PS1, Line 39: fragment
finstance


PS1, Line 44: fragment
finstance?


PS1, Line 68:   /// It is an error to delete a FInstanceState before 
Open()/GetNext() (depending
            :   /// on whether the fragment has a sink) indicated that 
execution is finished.
This part is unclear to me. Maybe it'll get clearer while reading through the 
code. What if Cancel() is called before Prepare() even?


Line 106:   /// Start execution. Call this prior to GetNext().
How does calling Cancel() affect Open()?


http://gerrit.cloudera.org:8080/#/c/4301/1/be/src/runtime/query-state.h
File be/src/runtime/query-state.h:

PS1, Line 79: RegisterFInstance
Should this be renamed to include the fact that it does more than Register the 
instance (i.e. call methods on it)? ExecuteFInstance()? 
ScheduleFinstanceExecution()? RegisterAndExecuteFInstance()?


PS1, Line 81:   /// Cancels a plan fragment that is running asynchronously.
            :   Status CancelPlanFragment(const TUniqueId& finstance_id);
            : 
            :   /// Publishes a global runtime filter to a local fragment.
            :   Status PublishFilter(const TUniqueId& dst_instance_id, int32_t 
filter_id,
            :       const TBloomFilter& thrift_bloom_filter);
these look like forwarding methods. Would it be possible to make 
GetFInstanceState() public and let the caller call them?


PS1, Line 111: controlled
nit: used


PS1, Line 111: QueryExecMgr
mention it's a friend, so it's clear how it works without getters/setters?

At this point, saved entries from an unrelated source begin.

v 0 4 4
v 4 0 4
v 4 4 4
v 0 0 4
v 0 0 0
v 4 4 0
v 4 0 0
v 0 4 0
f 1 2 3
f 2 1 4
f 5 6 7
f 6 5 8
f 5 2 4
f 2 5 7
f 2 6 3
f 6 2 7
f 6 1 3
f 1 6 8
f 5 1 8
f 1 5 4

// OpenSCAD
union() {
  translate([0, 0, 0]) cube(size=[4,4,4], center=false);
}
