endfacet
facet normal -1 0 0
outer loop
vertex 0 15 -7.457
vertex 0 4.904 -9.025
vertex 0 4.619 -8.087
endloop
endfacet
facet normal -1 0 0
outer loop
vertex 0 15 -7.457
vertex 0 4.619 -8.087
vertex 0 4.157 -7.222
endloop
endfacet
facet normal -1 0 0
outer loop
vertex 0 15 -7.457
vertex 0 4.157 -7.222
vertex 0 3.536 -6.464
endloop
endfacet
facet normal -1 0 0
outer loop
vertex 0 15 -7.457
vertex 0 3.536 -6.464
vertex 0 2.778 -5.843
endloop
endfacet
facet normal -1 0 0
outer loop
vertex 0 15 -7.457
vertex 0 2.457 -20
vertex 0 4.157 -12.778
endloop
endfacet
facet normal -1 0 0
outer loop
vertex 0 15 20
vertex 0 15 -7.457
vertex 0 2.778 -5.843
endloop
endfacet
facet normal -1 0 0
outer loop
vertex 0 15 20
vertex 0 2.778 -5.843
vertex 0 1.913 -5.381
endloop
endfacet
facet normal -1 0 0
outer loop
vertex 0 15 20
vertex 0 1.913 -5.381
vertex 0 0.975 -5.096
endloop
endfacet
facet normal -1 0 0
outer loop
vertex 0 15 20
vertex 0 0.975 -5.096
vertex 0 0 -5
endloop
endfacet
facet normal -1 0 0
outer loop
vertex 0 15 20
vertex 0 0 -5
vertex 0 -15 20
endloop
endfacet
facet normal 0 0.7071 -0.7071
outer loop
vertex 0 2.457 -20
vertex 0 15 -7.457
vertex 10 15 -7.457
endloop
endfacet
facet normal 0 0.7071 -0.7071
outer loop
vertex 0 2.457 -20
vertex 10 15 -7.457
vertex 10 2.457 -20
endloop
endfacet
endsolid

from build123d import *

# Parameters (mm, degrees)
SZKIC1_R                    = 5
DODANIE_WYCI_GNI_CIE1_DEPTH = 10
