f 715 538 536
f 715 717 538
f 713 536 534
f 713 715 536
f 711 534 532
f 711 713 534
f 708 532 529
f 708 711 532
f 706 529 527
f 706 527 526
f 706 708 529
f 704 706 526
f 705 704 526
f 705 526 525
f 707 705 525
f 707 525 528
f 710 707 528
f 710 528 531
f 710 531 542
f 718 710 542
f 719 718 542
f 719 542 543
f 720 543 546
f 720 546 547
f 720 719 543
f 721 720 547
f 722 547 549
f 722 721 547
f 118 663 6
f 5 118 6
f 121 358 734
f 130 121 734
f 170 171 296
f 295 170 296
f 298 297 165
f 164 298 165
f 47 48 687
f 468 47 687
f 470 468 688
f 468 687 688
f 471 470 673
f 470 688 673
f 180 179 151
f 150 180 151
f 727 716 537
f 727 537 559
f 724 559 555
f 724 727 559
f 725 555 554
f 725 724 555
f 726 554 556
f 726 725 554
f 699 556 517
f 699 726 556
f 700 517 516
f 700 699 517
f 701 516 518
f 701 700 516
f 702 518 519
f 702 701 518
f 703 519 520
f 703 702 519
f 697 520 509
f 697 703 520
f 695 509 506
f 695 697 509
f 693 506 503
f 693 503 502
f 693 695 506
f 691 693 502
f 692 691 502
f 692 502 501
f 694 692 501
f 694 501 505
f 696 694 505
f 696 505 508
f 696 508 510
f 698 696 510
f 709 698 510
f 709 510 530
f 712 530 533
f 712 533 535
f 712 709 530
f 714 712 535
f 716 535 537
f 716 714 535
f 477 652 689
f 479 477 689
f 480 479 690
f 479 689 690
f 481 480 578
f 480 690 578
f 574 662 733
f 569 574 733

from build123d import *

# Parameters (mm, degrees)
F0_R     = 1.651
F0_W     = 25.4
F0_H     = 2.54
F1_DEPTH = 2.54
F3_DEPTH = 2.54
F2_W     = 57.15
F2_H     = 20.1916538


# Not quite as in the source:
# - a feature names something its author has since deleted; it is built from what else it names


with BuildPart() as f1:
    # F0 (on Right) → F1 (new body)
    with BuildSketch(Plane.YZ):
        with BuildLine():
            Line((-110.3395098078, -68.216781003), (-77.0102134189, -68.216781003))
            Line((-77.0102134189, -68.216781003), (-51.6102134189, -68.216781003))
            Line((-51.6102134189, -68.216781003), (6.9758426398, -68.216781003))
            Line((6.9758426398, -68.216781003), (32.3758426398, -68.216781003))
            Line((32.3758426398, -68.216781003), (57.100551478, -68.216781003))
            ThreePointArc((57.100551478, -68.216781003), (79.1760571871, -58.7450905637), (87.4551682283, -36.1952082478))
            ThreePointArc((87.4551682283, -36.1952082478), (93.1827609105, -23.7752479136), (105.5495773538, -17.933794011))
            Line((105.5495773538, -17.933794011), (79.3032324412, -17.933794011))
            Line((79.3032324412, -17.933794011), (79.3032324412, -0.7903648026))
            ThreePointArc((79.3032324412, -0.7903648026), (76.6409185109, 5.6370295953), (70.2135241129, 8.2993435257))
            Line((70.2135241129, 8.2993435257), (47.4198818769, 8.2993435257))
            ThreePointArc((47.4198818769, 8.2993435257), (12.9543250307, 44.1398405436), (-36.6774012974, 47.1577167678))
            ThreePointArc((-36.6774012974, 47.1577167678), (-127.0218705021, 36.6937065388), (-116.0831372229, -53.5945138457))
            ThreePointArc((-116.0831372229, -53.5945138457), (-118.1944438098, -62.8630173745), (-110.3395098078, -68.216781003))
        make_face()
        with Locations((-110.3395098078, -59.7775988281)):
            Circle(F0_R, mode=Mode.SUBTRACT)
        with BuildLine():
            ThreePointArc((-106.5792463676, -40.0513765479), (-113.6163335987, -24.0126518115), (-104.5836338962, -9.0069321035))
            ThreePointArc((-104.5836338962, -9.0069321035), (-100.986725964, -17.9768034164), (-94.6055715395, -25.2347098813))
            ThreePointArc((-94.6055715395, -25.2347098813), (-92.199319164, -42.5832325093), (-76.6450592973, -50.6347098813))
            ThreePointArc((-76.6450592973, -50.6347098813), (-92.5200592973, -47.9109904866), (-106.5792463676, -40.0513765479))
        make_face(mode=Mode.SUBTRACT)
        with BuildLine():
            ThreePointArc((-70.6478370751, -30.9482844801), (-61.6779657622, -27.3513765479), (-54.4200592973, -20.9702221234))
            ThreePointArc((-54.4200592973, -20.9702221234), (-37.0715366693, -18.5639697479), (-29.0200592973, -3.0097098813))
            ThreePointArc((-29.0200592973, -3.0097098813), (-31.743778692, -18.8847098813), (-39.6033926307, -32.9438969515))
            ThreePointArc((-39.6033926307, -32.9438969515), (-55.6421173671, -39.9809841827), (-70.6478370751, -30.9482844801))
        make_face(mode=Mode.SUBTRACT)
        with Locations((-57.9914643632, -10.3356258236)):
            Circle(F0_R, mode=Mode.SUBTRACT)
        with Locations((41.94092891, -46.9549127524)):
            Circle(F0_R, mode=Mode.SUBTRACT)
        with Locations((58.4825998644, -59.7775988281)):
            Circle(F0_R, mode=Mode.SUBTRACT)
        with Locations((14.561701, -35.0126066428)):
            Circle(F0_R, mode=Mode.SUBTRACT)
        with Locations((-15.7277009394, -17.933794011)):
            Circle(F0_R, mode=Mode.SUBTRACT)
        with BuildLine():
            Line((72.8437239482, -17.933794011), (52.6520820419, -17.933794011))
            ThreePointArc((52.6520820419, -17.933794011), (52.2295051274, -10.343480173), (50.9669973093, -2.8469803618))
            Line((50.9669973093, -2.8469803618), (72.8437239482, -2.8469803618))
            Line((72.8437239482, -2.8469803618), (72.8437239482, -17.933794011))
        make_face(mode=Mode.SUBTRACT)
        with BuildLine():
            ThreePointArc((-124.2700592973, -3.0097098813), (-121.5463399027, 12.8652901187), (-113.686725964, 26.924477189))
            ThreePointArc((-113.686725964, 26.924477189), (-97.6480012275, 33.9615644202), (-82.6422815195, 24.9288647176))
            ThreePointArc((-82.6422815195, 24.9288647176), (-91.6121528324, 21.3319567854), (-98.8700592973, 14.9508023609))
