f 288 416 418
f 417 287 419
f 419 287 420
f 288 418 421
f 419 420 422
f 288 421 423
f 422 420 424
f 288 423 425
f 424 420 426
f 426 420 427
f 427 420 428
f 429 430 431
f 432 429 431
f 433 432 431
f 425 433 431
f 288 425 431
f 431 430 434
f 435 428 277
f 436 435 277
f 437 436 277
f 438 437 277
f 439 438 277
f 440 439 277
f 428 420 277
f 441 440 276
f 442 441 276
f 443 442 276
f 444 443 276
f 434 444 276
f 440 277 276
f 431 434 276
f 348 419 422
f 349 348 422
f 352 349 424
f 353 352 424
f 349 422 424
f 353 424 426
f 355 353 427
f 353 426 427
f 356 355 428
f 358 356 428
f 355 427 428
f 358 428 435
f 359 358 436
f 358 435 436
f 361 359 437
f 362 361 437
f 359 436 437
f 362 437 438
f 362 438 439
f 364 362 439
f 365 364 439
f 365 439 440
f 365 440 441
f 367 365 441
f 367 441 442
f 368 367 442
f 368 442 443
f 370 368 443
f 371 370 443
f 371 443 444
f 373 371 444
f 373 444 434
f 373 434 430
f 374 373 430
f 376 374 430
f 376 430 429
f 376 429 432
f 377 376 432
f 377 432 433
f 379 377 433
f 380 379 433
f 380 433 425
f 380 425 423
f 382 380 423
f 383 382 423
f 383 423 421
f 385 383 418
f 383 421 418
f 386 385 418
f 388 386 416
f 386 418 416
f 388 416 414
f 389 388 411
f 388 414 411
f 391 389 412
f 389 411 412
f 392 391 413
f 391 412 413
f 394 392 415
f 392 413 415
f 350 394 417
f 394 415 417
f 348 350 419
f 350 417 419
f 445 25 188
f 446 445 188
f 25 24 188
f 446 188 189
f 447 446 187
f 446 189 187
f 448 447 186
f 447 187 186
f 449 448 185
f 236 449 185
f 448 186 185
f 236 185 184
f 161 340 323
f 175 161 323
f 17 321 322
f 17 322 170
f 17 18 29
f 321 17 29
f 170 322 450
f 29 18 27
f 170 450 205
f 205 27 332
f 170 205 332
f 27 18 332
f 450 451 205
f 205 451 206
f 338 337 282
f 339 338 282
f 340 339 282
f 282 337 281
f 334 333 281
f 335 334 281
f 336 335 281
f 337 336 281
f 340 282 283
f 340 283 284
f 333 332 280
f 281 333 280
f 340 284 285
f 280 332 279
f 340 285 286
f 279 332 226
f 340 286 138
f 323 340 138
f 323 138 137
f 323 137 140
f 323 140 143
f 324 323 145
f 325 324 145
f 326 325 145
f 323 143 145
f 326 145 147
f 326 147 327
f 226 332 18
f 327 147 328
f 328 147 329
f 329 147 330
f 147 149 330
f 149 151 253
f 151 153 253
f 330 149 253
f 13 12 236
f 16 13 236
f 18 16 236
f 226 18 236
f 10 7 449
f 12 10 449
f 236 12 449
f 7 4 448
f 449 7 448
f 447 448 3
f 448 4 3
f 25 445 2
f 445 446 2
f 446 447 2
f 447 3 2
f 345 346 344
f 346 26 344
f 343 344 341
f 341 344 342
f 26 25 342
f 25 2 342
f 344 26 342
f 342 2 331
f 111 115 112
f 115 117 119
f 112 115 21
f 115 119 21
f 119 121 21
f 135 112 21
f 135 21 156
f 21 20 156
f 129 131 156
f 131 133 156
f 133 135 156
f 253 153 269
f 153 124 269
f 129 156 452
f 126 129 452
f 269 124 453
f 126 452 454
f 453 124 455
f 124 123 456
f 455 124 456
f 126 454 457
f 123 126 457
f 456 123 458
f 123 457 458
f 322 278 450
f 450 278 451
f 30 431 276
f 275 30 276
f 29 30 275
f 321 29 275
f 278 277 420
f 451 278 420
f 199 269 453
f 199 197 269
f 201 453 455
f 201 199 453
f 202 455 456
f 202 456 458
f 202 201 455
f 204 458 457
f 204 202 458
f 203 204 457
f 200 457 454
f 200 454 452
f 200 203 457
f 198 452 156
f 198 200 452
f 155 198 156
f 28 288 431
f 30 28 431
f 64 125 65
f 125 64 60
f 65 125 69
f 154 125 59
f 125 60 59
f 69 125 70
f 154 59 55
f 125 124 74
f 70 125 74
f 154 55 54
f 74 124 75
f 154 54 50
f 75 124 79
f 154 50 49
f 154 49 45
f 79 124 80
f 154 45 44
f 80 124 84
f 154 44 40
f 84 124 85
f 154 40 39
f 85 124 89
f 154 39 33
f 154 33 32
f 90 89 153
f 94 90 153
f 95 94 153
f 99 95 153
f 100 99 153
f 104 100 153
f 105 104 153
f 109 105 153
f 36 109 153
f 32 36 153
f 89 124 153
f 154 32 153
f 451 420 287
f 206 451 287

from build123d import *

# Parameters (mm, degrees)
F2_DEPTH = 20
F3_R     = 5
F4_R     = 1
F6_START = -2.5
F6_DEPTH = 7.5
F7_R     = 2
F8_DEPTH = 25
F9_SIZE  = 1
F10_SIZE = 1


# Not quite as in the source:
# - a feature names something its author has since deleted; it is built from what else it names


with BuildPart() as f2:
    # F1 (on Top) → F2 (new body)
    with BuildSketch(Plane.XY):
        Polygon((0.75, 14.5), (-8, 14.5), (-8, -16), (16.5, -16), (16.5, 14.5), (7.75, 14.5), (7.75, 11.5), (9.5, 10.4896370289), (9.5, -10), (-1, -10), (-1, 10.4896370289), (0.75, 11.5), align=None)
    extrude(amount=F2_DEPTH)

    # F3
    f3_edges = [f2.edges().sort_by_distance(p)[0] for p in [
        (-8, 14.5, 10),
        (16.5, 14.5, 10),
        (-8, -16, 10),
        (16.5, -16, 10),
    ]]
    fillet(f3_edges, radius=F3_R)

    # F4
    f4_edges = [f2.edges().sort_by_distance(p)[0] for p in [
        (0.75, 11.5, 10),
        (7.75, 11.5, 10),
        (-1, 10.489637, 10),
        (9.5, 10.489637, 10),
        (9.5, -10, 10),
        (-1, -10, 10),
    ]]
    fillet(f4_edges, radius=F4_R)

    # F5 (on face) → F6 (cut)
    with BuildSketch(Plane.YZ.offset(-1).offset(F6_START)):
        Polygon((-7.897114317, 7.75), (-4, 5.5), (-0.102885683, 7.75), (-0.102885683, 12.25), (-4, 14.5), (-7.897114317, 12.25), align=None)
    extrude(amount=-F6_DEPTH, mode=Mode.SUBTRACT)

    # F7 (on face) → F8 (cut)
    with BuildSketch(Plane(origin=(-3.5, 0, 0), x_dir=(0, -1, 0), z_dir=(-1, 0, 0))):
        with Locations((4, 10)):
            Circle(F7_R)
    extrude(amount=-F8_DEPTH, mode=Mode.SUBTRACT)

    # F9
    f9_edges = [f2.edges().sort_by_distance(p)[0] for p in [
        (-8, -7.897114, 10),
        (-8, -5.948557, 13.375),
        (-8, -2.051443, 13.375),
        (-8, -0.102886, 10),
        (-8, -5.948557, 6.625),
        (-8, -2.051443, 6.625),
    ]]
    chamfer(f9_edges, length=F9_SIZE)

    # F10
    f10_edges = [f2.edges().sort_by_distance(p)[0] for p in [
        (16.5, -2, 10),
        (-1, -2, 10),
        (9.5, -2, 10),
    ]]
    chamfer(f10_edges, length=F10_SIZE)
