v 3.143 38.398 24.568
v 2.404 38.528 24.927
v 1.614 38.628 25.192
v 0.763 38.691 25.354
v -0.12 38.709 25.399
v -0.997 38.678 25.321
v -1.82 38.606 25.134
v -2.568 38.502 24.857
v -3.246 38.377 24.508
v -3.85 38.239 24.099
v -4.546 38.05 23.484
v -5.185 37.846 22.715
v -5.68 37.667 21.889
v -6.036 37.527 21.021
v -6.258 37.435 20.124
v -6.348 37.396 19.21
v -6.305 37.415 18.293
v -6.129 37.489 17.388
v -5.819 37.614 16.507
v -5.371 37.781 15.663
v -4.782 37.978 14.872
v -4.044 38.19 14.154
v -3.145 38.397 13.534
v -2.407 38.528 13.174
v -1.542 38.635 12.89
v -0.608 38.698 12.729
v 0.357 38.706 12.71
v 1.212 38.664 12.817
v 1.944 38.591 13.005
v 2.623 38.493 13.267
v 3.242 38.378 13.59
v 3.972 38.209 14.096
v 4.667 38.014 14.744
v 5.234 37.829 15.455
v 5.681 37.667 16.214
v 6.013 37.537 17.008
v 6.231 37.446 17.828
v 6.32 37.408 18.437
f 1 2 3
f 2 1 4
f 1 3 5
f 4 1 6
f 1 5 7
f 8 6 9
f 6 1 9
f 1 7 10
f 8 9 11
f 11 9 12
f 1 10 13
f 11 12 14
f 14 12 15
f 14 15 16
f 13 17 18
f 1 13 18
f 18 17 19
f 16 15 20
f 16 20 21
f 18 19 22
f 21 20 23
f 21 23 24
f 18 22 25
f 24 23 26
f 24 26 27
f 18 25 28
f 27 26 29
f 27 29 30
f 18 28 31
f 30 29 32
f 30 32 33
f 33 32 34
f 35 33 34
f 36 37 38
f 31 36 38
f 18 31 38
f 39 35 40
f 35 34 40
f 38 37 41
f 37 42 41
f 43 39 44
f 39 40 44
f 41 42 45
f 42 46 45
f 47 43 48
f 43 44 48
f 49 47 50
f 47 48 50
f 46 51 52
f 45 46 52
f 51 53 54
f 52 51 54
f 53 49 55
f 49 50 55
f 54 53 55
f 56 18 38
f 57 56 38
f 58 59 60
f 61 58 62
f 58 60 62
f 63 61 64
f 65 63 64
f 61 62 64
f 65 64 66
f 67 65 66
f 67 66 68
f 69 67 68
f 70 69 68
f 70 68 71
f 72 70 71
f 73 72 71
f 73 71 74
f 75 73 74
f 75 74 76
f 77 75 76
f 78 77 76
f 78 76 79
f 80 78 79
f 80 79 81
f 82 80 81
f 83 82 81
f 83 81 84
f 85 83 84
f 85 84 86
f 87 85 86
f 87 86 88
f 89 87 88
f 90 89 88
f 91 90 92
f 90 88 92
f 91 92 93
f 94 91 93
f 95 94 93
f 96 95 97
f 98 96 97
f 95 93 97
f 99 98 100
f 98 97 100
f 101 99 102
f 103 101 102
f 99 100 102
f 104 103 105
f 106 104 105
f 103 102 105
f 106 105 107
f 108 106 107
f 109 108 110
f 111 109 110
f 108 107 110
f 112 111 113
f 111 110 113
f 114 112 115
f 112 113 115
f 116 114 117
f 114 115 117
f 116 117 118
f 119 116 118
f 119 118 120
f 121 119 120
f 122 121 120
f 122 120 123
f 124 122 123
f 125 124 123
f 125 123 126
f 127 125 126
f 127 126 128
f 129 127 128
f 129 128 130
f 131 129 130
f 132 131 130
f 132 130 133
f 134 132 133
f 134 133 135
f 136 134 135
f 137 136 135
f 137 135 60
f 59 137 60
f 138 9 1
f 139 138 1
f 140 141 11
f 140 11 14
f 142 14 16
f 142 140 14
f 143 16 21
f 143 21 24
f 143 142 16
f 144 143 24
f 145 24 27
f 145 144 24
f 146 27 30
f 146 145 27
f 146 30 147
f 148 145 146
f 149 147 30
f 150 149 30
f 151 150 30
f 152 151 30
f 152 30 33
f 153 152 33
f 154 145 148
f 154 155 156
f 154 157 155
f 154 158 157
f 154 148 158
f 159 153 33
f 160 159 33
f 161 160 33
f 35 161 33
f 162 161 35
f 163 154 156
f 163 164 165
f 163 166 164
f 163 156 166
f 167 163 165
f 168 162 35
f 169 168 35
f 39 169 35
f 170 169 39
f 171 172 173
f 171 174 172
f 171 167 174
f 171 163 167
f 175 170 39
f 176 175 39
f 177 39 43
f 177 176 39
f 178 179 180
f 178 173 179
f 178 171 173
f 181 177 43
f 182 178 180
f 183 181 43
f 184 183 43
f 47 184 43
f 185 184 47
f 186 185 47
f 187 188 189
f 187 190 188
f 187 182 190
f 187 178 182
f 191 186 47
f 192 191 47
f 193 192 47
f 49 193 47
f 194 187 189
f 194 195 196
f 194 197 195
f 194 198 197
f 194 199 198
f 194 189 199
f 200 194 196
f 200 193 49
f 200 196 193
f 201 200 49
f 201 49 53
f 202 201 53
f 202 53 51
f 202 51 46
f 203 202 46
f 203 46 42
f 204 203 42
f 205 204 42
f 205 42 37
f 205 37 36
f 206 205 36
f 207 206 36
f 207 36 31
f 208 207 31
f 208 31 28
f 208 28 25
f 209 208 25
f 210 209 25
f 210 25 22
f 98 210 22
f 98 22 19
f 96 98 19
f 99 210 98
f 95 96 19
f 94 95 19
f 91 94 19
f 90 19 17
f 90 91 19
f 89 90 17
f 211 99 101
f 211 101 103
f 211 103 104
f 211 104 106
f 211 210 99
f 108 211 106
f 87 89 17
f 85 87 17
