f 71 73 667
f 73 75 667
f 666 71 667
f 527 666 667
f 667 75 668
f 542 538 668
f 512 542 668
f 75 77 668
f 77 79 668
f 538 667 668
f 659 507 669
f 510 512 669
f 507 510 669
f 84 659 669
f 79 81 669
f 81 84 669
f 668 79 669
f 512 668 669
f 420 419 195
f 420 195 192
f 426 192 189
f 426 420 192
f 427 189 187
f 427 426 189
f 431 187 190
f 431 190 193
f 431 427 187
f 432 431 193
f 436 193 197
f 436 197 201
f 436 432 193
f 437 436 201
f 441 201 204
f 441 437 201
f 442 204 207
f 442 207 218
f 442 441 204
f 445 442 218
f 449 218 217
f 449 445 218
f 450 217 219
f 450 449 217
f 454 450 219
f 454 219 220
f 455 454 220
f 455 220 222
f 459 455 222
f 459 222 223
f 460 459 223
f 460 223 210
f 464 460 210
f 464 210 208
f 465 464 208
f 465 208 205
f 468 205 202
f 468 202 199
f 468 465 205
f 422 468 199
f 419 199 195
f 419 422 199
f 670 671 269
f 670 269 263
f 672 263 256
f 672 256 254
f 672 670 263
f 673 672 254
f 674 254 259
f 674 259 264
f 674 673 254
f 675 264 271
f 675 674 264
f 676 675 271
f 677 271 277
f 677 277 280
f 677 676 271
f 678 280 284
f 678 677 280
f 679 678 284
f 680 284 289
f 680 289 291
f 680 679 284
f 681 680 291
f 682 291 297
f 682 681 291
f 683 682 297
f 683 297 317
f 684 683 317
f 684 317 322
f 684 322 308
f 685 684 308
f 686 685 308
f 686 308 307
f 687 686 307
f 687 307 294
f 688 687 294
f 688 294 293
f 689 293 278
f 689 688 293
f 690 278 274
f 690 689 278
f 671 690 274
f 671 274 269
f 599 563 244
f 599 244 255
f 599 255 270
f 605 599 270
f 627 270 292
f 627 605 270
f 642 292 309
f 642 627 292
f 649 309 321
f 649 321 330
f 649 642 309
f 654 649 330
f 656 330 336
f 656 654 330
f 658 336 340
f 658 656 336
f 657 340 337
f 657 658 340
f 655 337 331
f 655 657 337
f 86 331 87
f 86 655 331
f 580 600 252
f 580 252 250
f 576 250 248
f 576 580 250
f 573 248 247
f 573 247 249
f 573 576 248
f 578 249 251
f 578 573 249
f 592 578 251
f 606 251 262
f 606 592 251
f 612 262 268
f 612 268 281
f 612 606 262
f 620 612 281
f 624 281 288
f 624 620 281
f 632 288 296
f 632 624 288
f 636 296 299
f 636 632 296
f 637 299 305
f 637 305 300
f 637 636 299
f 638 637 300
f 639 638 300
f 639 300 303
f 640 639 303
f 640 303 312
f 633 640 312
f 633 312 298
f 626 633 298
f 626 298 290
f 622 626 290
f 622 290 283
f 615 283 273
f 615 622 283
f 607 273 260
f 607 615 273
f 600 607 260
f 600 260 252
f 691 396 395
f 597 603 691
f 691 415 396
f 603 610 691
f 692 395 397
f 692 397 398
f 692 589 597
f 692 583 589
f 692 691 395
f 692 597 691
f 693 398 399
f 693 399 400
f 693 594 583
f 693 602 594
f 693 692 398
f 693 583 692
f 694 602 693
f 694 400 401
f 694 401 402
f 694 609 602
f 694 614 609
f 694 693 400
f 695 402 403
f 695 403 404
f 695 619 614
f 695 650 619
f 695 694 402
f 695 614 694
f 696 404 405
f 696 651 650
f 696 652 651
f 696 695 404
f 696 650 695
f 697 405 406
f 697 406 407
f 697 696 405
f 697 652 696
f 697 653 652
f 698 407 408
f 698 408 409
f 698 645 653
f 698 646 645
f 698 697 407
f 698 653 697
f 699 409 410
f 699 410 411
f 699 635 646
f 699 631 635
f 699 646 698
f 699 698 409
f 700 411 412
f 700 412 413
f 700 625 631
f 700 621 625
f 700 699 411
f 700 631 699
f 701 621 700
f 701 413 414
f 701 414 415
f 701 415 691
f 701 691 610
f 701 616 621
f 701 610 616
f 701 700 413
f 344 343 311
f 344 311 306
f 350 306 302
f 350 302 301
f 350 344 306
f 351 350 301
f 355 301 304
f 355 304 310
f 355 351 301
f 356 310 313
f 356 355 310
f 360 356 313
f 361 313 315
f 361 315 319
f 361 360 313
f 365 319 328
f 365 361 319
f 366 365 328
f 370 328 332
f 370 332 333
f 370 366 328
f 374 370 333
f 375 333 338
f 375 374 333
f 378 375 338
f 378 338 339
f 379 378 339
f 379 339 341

http://gerrit.cloudera.org:8080/#/c/4301/1/be/src/runtime/runtime-state-new.h
File be/src/runtime/runtime-state-new.h:

PS1, Line 74: cgroup
should we explain what these parameters do? It's not clear to me at all what 
cgroup does.


PS1, Line 85: fragment
finstance?


PS1, Line 157: one
nit: maybe add 1 to...


Line 164:   /// Returns runtime state profile
I don't think these getter comments are needed here - or we should add them 
everywhere in the class.


Line 174:   /// Returns codegen_ in 'codegen'. If 'initialize' is true, 
codegen_ will be created if
Reword both sentences to "if 'initialize' is true and codegen_ has not been 
initialized, it will be created and returned via 'codegen'." and "If 
'initialize' is false and codegen_ has not been initialized, then 'codegen' 
will be set to NULL."


PS1, Line 200: /// Log an error that will be sent back to the coordinator based 
on an instance of the
             :   /// ErrorMsg class. The runtime state aggregates log messages 
based on type with one
             :   /// exception: messages with the GENERAL type are not 
aggregated but are kept
             :   /// individually.
             :   bool LogError(const ErrorMsg& msg, int vlog_level = 1);
             : 
             :   /// Returns true if the error log has not reached max_errors_.
             :   bool LogHasSpace() {
             :     boost::lock_guard<SpinLock> l(error_log_lock_);
             :     return error_log_.size() < query_options().max_errors;
             :   }
             : 
             :   /// Returns the error log lines as a string joined with '\n'.
             :   std::string ErrorLog();
             : 
             :   /// Copy error_log_ to *errors
             :   void GetErrors(ErrorLogMap* errors);
             : 
             :   /// Append all accumulated errors since the last call to this 
function to new_errors to
             :   /// be sent back to the coordinator
             :   void GetUnreportedErrors(ErrorLogMap* new_errors);
             : 
             :   /// Given an error message, determine whether execution should 
be aborted and, if so,
             :   /// return the corresponding error status. Otherwise, log the 
error and return
             :   /// Status::OK(). Execution is aborted if the ABORT_ON_ERROR 
query option is set to
             :   /// true or the error is not recoverable and should be handled 
upstream.
             :   Status LogOrReturnError(const ErrorMsg& message);
Can these go into an own struct/class?


PS1, Line 231: RuntimeProfile::Counter* total_cpu_timer() { return 
total_cpu_timer_; }
             :   RuntimeProfile::Counter* total_storage_wait_timer() {
             :     return total_storage_wait_timer_;
             :   }
             :   RuntimeProfile::Counter* total_network_send_timer() {
             :     return total_network_send_timer_;
             :   }
             :   RuntimeProfile::Counter* total_network_receive_timer() {
             :     return total_network_receive_timer_;
             :   }
Can the counters go into an own struct/class?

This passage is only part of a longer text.